Suivant l’institution qui l’enseigne ou l’entreprise mandatée pour consultation, le Design Thinking s’articule en 5 à 7 étapes. L’exemple ci-après, de Nueva School (Hillsborough, Californie), décrit en détail les points importants du processus.

nueva_school

Il n’a cependant pas échappé aux participant∙e∙s que le succès du Design Thinking est fortement lié à la personnalité des coachs. Si la session «active» a été plébicitée par une forte majorité, qui a eu l’occasion de vivre le processus en action sous la direction d’un Falk Uebernickel à l’enthousiasme communicatif, il ne restera du deuxième jour que le vœux pieu d’Ulrich Weinberg, qui après avoir longuement parlé de ses différents projets, a formulé le souhait que l’IQ (quotient intellectuel individuel) se transforme en WeQ (intelligence plurielle, en réseau)…

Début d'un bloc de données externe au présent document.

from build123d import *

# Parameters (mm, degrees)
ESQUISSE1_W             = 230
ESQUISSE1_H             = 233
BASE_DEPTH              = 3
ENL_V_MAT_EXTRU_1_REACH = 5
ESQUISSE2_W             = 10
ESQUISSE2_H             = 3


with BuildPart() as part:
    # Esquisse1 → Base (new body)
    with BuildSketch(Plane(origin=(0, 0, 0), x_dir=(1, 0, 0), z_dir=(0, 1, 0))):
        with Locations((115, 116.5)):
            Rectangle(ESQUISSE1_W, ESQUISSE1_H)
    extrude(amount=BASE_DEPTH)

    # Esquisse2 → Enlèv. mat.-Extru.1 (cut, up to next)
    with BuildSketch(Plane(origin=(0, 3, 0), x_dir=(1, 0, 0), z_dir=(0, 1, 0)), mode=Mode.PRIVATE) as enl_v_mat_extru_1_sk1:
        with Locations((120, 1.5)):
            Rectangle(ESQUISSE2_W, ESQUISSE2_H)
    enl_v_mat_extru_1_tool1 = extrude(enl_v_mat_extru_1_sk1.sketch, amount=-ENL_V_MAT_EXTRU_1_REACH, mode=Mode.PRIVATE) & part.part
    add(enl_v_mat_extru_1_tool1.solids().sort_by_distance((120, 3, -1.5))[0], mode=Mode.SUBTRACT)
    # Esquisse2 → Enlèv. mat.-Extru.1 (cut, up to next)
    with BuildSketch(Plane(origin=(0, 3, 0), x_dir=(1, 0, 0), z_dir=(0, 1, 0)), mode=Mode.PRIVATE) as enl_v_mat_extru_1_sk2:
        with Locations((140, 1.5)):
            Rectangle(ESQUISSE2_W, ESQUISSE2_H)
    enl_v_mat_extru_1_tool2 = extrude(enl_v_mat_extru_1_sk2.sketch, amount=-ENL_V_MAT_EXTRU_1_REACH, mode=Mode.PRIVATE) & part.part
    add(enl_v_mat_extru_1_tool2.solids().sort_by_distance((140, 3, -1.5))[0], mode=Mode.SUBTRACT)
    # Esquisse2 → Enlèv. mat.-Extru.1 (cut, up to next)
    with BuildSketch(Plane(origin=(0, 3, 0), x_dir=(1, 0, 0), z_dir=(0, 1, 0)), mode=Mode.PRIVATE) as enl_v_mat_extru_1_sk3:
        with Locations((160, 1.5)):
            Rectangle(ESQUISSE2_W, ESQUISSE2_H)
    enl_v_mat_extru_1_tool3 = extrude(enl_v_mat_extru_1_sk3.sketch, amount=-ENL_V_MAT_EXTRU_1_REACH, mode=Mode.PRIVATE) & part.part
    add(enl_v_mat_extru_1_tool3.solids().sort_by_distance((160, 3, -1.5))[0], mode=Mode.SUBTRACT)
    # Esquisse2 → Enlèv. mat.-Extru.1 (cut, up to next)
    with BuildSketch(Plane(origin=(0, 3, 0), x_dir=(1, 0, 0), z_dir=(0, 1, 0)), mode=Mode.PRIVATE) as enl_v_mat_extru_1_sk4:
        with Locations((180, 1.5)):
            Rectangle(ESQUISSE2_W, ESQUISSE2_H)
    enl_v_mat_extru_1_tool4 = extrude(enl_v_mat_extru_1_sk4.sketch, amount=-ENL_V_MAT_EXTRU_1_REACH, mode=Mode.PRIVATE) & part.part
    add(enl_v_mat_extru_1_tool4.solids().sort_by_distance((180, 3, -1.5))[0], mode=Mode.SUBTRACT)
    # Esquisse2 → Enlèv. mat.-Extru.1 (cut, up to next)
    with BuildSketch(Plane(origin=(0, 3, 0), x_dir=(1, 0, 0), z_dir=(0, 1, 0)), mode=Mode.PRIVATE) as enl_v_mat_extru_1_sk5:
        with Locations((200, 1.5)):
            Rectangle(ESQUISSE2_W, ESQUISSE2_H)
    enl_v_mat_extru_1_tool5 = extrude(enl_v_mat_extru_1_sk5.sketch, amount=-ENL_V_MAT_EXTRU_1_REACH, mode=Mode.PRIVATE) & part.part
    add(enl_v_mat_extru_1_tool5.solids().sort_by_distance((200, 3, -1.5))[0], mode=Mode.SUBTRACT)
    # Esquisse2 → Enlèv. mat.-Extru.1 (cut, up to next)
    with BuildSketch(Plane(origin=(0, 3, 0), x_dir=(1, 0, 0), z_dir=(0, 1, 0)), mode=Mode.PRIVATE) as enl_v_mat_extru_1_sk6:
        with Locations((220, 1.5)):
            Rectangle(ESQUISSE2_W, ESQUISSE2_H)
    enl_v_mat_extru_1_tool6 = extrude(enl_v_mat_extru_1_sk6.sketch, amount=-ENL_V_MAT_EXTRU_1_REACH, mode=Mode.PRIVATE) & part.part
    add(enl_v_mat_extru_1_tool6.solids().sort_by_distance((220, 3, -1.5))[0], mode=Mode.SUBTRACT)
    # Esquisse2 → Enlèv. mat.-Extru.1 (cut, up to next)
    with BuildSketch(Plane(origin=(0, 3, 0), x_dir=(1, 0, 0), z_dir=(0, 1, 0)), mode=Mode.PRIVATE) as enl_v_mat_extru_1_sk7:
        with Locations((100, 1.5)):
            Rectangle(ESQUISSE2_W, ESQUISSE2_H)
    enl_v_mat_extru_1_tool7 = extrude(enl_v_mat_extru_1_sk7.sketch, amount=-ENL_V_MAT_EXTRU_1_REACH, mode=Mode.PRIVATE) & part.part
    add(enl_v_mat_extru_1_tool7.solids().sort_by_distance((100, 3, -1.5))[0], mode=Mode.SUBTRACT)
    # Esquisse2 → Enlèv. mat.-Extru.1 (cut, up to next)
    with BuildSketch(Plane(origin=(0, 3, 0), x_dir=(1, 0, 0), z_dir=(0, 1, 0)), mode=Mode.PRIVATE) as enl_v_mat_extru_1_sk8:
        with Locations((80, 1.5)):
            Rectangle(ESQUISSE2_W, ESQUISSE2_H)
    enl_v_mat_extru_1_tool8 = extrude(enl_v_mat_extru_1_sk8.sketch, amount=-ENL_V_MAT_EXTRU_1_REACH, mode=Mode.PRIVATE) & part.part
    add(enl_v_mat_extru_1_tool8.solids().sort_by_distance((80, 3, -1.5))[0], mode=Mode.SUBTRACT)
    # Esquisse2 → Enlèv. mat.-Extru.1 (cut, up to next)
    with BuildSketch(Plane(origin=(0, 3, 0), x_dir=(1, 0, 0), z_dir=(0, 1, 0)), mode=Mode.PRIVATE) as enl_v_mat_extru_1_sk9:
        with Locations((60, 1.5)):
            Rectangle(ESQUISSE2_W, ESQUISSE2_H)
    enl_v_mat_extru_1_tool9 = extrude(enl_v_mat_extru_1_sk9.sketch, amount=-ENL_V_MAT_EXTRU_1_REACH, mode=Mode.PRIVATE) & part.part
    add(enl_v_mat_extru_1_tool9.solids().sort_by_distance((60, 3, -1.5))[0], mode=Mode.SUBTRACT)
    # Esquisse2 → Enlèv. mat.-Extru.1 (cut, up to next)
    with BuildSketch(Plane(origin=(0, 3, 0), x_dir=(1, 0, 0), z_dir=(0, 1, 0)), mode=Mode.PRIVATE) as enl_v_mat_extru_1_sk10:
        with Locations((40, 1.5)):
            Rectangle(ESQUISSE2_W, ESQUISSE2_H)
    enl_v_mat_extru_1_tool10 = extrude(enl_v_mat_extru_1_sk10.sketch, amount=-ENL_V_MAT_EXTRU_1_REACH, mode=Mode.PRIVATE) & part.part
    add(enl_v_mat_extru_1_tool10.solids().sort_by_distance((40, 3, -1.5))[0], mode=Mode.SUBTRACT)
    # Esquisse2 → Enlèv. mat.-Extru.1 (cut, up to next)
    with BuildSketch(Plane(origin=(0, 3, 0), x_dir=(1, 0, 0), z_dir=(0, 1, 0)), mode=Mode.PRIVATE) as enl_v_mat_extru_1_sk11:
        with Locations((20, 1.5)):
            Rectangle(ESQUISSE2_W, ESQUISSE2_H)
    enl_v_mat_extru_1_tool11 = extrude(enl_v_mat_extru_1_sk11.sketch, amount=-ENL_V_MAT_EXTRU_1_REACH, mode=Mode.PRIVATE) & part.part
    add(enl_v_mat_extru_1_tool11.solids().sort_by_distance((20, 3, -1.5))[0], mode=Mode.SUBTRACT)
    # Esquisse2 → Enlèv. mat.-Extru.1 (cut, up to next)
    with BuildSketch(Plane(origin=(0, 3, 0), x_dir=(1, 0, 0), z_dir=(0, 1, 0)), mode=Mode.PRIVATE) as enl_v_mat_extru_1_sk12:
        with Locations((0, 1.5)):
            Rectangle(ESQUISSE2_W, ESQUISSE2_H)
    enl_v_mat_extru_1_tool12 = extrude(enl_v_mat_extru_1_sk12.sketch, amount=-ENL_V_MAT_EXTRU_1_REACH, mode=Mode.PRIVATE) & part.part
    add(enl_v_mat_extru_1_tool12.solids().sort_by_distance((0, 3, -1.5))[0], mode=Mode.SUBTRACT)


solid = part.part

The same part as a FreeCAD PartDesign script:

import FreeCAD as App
import Part
import Sketcher
Q = App.Units.Quantity

doc = App.newDocument("Part")
body = doc.addObject("PartDesign::Body", "Body")

sketch1 = body.newObject("Sketcher::SketchObject", "Sketch")
sketch1.AttachmentSupport = (doc.getObject("XZ_Plane"), [""])
sketch1.MapMode = "FlatFace"
sketch1.addGeometry([
    Part.LineSegment(App.Vector(0, -233, 0), App.Vector(0, 0, 0)),
    Part.LineSegment(App.Vector(0, 0, 0), App.Vector(230, 0, 0)),
    Part.LineSegment(App.Vector(230, 0, 0), App.Vector(230, -233, 0)),
    Part.LineSegment(App.Vector(230, -233, 0), App.Vector(0, -233, 0)),
], False)
sketch1.addConstraint([
    Sketcher.Constraint("Coincident", 0, 2, 1, 1),
    Sketcher.Constraint("Coincident", 1, 2, 2, 1),
    Sketcher.Constraint("Coincident", 2, 2, 3, 1),
    Sketcher.Constraint("Coincident", 3, 2, 0, 1),
    Sketcher.Constraint("Vertical", 0),
    Sketcher.Constraint("Horizontal", 1),
    Sketcher.Constraint("Vertical", 2),
    Sketcher.Constraint("Horizontal", 3),
    Sketcher.Constraint("Coincident", 0, 2, -1, 1),
    Sketcher.Constraint("DistanceX", 1, 1, 1, 2, Q("230 mm")),
    Sketcher.Constraint("DistanceY", 0, 1, 0, 2, Q("233 mm")),
])
pad1 = body.newObject("PartDesign::Pad", "Pad")
pad1.Profile = sketch1
pad1.Length = 3
pad1.Reversed = True

sketch2 = body.newObject("Sketcher::SketchObject", "Sketch001")
sketch2.AttachmentSupport = (doc.getObject("XZ_Plane"), [""])
sketch2.MapMode = "FlatFace"
sketch2.AttachmentOffset = App.Placement(App.Vector(0, 0, -3), App.Rotation())
sketch2.addGeometry([
    Part.LineSegment(App.Vector(115, -3, 0), App.Vector(115, 0, 0)),
    Part.LineSegment(App.Vector(115, 0, 0), App.Vector(125, 0, 0)),
    Part.LineSegment(App.Vector(125, 0, 0), App.Vector(125, -3, 0)),
    Part.LineSegment(App.Vector(125, -3, 0), App.Vector(115, -3, 0)),
], False)
sketch2.addConstraint([
    Sketcher.Constraint("Coincident", 0, 2, 1, 1),
    Sketcher.Constraint("Coincident", 1, 2, 2, 1),
    Sketcher.Constraint("Coincident", 2, 2, 3, 1),
    Sketcher.Constraint("Coincident", 3, 2, 0, 1),
    Sketcher.Constraint("Vertical", 0),
    Sketcher.Constraint("Horizontal", 1),
    Sketcher.Constraint("Vertical", 2),
    Sketcher.Constraint("Horizontal", 3),
    Sketcher.Constraint("PointOnObject", 0, 2, -1),
    Sketcher.Constraint("DistanceX", 1, 1, 1, 2, Q("10 mm")),
    Sketcher.Constraint("DistanceY", 0, 1, 0, 2, Q("3 mm")),
    Sketcher.Constraint("DistanceX", -1, 1, 0, 2, Q("115 mm")),
])
pocket1 = body.newObject("PartDesign::Pocket", "Pocket")
pocket1.Profile = sketch2
pocket1.Type = "UpToFirst"
pocket1.Reversed = True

Designing Tomorrow’s Learning Spaces

Une petite équipe de l’université de Bâle (autour de Heidi Röder, Sabina Brandt, Ursula Schwander et Gudrun Bachmann) a présenté une démarche pour améliorer les espaces d’études destinés aux étudiant∙e∙s. Contrairement à la manière habituelle qui consiste à appliquer une recette « top-down » (qui, comme l’ont relevé les intervenantes,  a eu pour effet d’équiper ces espaces avec du mobilier de laboratoire…), l’université de Bâle a fortement impliqué les étudiant∙e∙s dans la création de leurs espaces. Un sondage a d’abord permis de de définir les grandes lignes de l’agencement désiré. Puis une phase de prototypage, pendant laquelle les étudiant∙e∙s ont pu essayer et commenter diverses solutions, a permis d’affiner le design. Au final, il est étonnant de voir le chemin parcouru entre la solution «top-down» initiale et la version finale : l’agencement, l’éclairage, le mobilier, le choix des couleurs,… sont à l’opposé de ce qui était proposé.  Avocats de longue date de processus impliquant fortement les utilisateurs, dans toute sorte de domaines, nous ne pouvons qu’applaudir cette démarche !

Tous les problèmes n’ont cependant pas été résolus, en particulier les nuisances issues de l’utilisation concurrente par des individus et des groupes.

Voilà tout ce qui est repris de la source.